Yes, you're thinking too much lol  You'd have to stay in a hotel for 2-5 months, and for that price you might as well just buy a new watch.



watchnerdlol said:


> doesnt brinks also faces the same risks (ie their employees are just as likely as the UPS employee to steal the watch)?


Brinks is more secure (and more expensive) than UPS and the other usual delivery services.


----------



## watchnerdlol

CFR said:


> Yes, you're thinking too much lol  You'd have to stay in a hotel for 2-5 months, and for that price you might as well just buy a new watch.


in that case how do u send watches like lange for servicing? do u send it to the AD and they will bear shipping insurance costs?



CFR said:


> Brinks is more secure (and more expensive) than UPS and the other usual delivery services.


but they still require manpower like UPS etc to transport the goods. how does being more expensive solve this problem? unless they pay higher wages but then again stealing a $1m rolex earns them a multiple of their salary lol. furthermore, the following service doesnt solve the potential problem of employees stealing lol
"Transportation by armored trucks and trailers, secure air and sea freight, air charters (fixed wing & helicopters), and armed messengers."

sorry if i am asking annoying questions but im too poor to afford a rolex submariner let alone affording luxury level shipping services so i have 0 idea of how the rich deal with such stuff


----------



## mlcor

watchnerdlol said:


> in that case how do u send watches like lange for servicing? do u send it to the AD and they will bear shipping insurance costs?
> 
> but they still require manpower like UPS etc to transport the goods. how does being more expensive solve this problem? unless they pay higher wages but then again stealing a $1m rolex earns them a multiple of their salary lol. furthermore, the following service doesnt solve the potential problem of employees stealing lol
> "Transportation by armored trucks and trailers, secure air and sea freight, air charters (fixed wing & helicopters), and armed messengers."
> 
> sorry if i am asking annoying questions but im too poor to afford a rolex submariner let alone affording luxury level shipping services so i have 0 idea of how the rich deal with such stuff


I think the rich probably deal with it by not worrying about it, since they're rich. 

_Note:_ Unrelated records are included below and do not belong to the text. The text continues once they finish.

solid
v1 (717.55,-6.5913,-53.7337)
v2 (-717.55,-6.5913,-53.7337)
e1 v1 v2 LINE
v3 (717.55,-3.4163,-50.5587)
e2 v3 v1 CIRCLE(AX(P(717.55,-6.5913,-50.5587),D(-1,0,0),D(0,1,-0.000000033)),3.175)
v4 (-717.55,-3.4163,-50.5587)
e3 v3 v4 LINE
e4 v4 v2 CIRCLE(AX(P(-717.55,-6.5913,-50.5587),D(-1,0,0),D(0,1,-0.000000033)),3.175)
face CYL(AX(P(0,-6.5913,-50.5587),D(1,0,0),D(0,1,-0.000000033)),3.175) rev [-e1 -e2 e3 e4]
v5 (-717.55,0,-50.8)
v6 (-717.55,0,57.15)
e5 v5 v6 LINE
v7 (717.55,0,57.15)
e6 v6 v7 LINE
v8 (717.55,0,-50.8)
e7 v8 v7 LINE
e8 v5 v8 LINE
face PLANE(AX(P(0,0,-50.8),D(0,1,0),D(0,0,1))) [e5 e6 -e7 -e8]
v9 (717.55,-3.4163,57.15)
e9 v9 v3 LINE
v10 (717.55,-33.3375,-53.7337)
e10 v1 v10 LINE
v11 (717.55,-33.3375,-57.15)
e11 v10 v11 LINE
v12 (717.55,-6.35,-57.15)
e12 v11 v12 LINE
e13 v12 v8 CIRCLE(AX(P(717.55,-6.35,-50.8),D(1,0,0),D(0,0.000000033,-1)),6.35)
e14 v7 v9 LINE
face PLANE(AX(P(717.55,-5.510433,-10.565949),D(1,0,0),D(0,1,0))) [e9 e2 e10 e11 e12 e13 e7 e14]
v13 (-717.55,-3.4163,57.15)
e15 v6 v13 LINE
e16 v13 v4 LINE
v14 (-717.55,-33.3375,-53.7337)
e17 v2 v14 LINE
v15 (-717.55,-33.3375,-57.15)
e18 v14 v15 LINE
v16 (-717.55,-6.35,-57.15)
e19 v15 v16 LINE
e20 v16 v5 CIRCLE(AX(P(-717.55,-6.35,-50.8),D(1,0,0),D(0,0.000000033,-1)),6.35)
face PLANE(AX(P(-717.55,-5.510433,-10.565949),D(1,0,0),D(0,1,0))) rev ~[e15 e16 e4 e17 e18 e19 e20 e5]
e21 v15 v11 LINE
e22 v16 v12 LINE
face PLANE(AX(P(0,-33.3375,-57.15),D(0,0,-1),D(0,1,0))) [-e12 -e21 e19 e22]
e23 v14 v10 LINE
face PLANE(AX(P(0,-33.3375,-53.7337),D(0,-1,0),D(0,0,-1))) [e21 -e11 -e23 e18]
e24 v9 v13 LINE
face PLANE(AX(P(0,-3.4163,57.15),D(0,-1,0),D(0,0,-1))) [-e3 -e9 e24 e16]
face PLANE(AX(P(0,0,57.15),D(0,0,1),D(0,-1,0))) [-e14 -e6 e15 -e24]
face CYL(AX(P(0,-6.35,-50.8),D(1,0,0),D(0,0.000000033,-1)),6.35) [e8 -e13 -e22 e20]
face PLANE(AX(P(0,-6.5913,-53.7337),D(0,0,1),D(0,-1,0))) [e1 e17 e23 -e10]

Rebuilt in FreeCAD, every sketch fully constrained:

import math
import FreeCAD as App
import Part
import Sketcher
from FreeCAD import Vector
Q = App.Units.Quantity

doc = App.newDocument("Part")
params = doc.addObject("Spreadsheet::Sheet", "Params")
for row, (alias, value) in enumerate([
    ("sketch1_radius", "0.25 in"),
    ("sketch1_radius2", "0.125 in"),
    ("sketch1_height", "4.25 in"),
    ("sketch1_width", "1.053 in"),
    ("sketch1_width2", "1.0625 in"),
    ("pad1_length", "56.5 in"),
], start=1):
    params.set(f"A{row}", alias)
    params.set(f"B{row}", "=" + value)
    params.setAlias(f"B{row}", alias)

body = doc.addObject("PartDesign::Body", "Body")

sketch1 = body.newObject("Sketcher::SketchObject", "Sketch")
sketch1.AttachmentSupport = (doc.getObject("YZ_Plane"), [""])
sketch1.MapMode = "FlatFace"
sketch1.addGeometry(Part.LineSegment(Vector(-6.6, -53.7, 0), Vector(-33.3, -53.7, 0)), False)
sketch1.addGeometry(Part.LineSegment(Vector(-33.3, -53.7, 0), Vector(-33.3, -57.1, 0)), False)
sketch1.addGeometry(Part.LineSegment(Vector(-33.3, -57.1, 0), Vector(-6.3, -57.1, 0)), False)
sketch1.addGeometry(Part.ArcOfCircle(Part.Circle(Vector(-6.4, -50.8, 0), Vector(0, 0, 1), 6.4), math.radians(-90), math.radians(0)), False)
sketch1.addGeometry(Part.LineSegment(Vector(0, -50.8, 0), Vector(0, 57.1, 0)), False)
sketch1.addGeometry(Part.LineSegment(Vector(0, 57.1, 0), Vector(-3.4, 57.1, 0)), False)
sketch1.addGeometry(Part.LineSegment(Vector(-3.4, 57.1, 0), Vector(-3.4, -50.6, 0)), False)
sketch1.addGeometry(Part.ArcOfCircle(Part.Circle(Vector(-6.6, -50.6, 0), Vector(0, 0, 1), 3.2), math.radians(-90), math.radians(0)), False)
sketch1.addConstraint(Sketcher.Constraint("Coincident", 0, 2, 1, 1))
sketch1.addConstraint(Sketcher.Constraint("Coincident", 1, 2, 2, 1))
sketch1.addConstraint(Sketcher.Constraint("Tangent", 2, 2, 3, 1))
sketch1.addConstraint(Sketcher.Constraint("Tangent", 3, 2, 4, 1))
sketch1.addConstraint(Sketcher.Constraint("Coincident", 4, 2, 5, 1))
sketch1.addConstraint(Sketcher.Constraint("Coincident", 5, 2, 6, 1))
sketch1.addConstraint(Sketcher.Constraint("Tangent", 6, 2, 7, 2))
sketch1.addConstraint(Sketcher.Constraint("Tangent", 7, 1, 0, 1))
sketch1.addConstraint(Sketcher.Constraint("Horizontal", 0))
sketch1.addConstraint(Sketcher.Constraint("Vertical", 1))
sketch1.addConstraint(Sketcher.Constraint("Horizontal", 2))
sketch1.addConstraint(Sketcher.Constraint("Vertical", 4))
sketch1.addConstraint(Sketcher.Constraint("Horizontal", 5))
sketch1.addConstraint(Sketcher.Constraint("Vertical", 6))
sketch1.addConstraint(Sketcher.Constraint("PointOnObject", 3, 2, -2))
sketch1.addConstraint(Sketcher.Constraint("Equal", 5, 1))
sketch1.addConstraint(Sketcher.Constraint("Radius", 3, Q("0.25 in")))
sketch1.addConstraint(Sketcher.Constraint("DistanceY", 3, 3, -1, 1, Q("2 in")))
sketch1.addConstraint(Sketcher.Constraint("Radius", 7, Q("0.125 in")))
sketch1.addConstraint(Sketcher.Constraint("DistanceY", 4, 1, 4, 2, Q("4.25 in")))
sketch1.addConstraint(Sketcher.Constraint("DistanceX", 0, 2, 0, 1, Q("1.053 in")))
sketch1.addConstraint(Sketcher.Constraint("DistanceX", 2, 1, 2, 2, Q("1.0625 in")))
sketch1.setExpression("Constraints[16]", "Params.sketch1_radius")
sketch1.setExpression("Constraints[18]", "Params.sketch1_radius2")
sketch1.setExpression("Constraints[19]", "Params.sketch1_height")
sketch1.setExpression("Constraints[20]", "Params.sketch1_width")
sketch1.setExpression("Constraints[21]", "Params.sketch1_width2")
pad1 = body.newObject("PartDesign::Pad", "Pad")
pad1.Profile = sketch1
pad1.setExpression("Length", "Params.pad1_length")
pad1.Midplane = True

doc.recompute()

For the rest of us, many folks will have a relationship with an authorized dealer, and will simply drop the watch off with them. The dealer will then take care of (and responsibility for) getting the watch to its destination and back. At least that's how it's worked for me.


----------



## CFR

watchnerdlol said:


> in that case how do u send watches like lange for servicing? do u send it to the AD and they will bear shipping insurance costs?
> 
> but they still require manpower like UPS etc to transport the goods. how does being more expensive solve this problem? unless they pay higher wages but then again stealing a $1m rolex earns them a multiple of their salary lol. furthermore, the following service doesnt solve the potential problem of employees stealing lol
> "Transportation by armored trucks and trailers, secure air and sea freight, air charters (fixed wing & helicopters), and armed messengers."
> 
> sorry if i am asking annoying questions but im too poor to afford a rolex submariner let alone affording luxury level shipping services so i have 0 idea of how the rich deal with such stuff


It's totally fine. Yes, many people just send it through an AD (or any jewelry/watch retailer who does high-value shipping).


----------



## jrexece

watchnerdlol said:


> but they still require manpower like UPS etc to transport the goods. how does being more expensive solve this problem? unless they pay higher wages but then again stealing a $1m rolex earns them a multiple of their salary lol. furthermore, the following service doesnt solve the potential problem of employees stealing lol
> "Transportation by armored trucks and trailers, secure air and sea freight, air charters (fixed wing & helicopters), and armed messengers."
> 
> sorry if i am asking annoying questions but im too poor to afford a rolex submariner let alone affording luxury level shipping services so i have 0 idea of how the rich deal with such stuff


Anyone who handles assets at Brinks is most likely bonded and has extensive background checks. UPS handlers get...well hired. A company like Brinks gets far more reputational value out of not loosing something than UPS does so they are incentivized to assure they are hiring people who would not steal something regardless of its relative ratio of their salary.

Think of all of the bank tellers in the world, most employees at luxury watch boutiques, the Rolls-Royce sales associate...they handle assets many times their salaries every day and don't steal them.


----------



## GrouchoM

jrexece said:


> Anyone who handles assets at Brinks is most likely bonded and has extensive background checks. UPS handlers get...well hired. A company like Brinks gets far more reputational value out of not loosing something than UPS does so they are incentivized to assure they are hiring people who would not steal something regardless of its relative ratio of their salary.
> 
> Think of MOST of the bank tellers in the world, most employees at luxury watch boutiques, the Rolls-Royce sales associate...they handle assets many times their salaries every day and don't steal them.


I changed one word....

Sent from my SM-G991U using Tapatalk


----------



## jrexece

GrouchoM said:


> I changed one word....
> 
> Sent from my SM-G991U using Tapatalk


Haha, good edit....


----------



## immerschnell

GrouchoM said:


> Even if worn nearly 24/7?
> 
> Sent from my SM-G991U using Tapatalk


I wear my 1815 u/d daily. Can not believe there is any issue unless one is careless about where your limbs are.


----------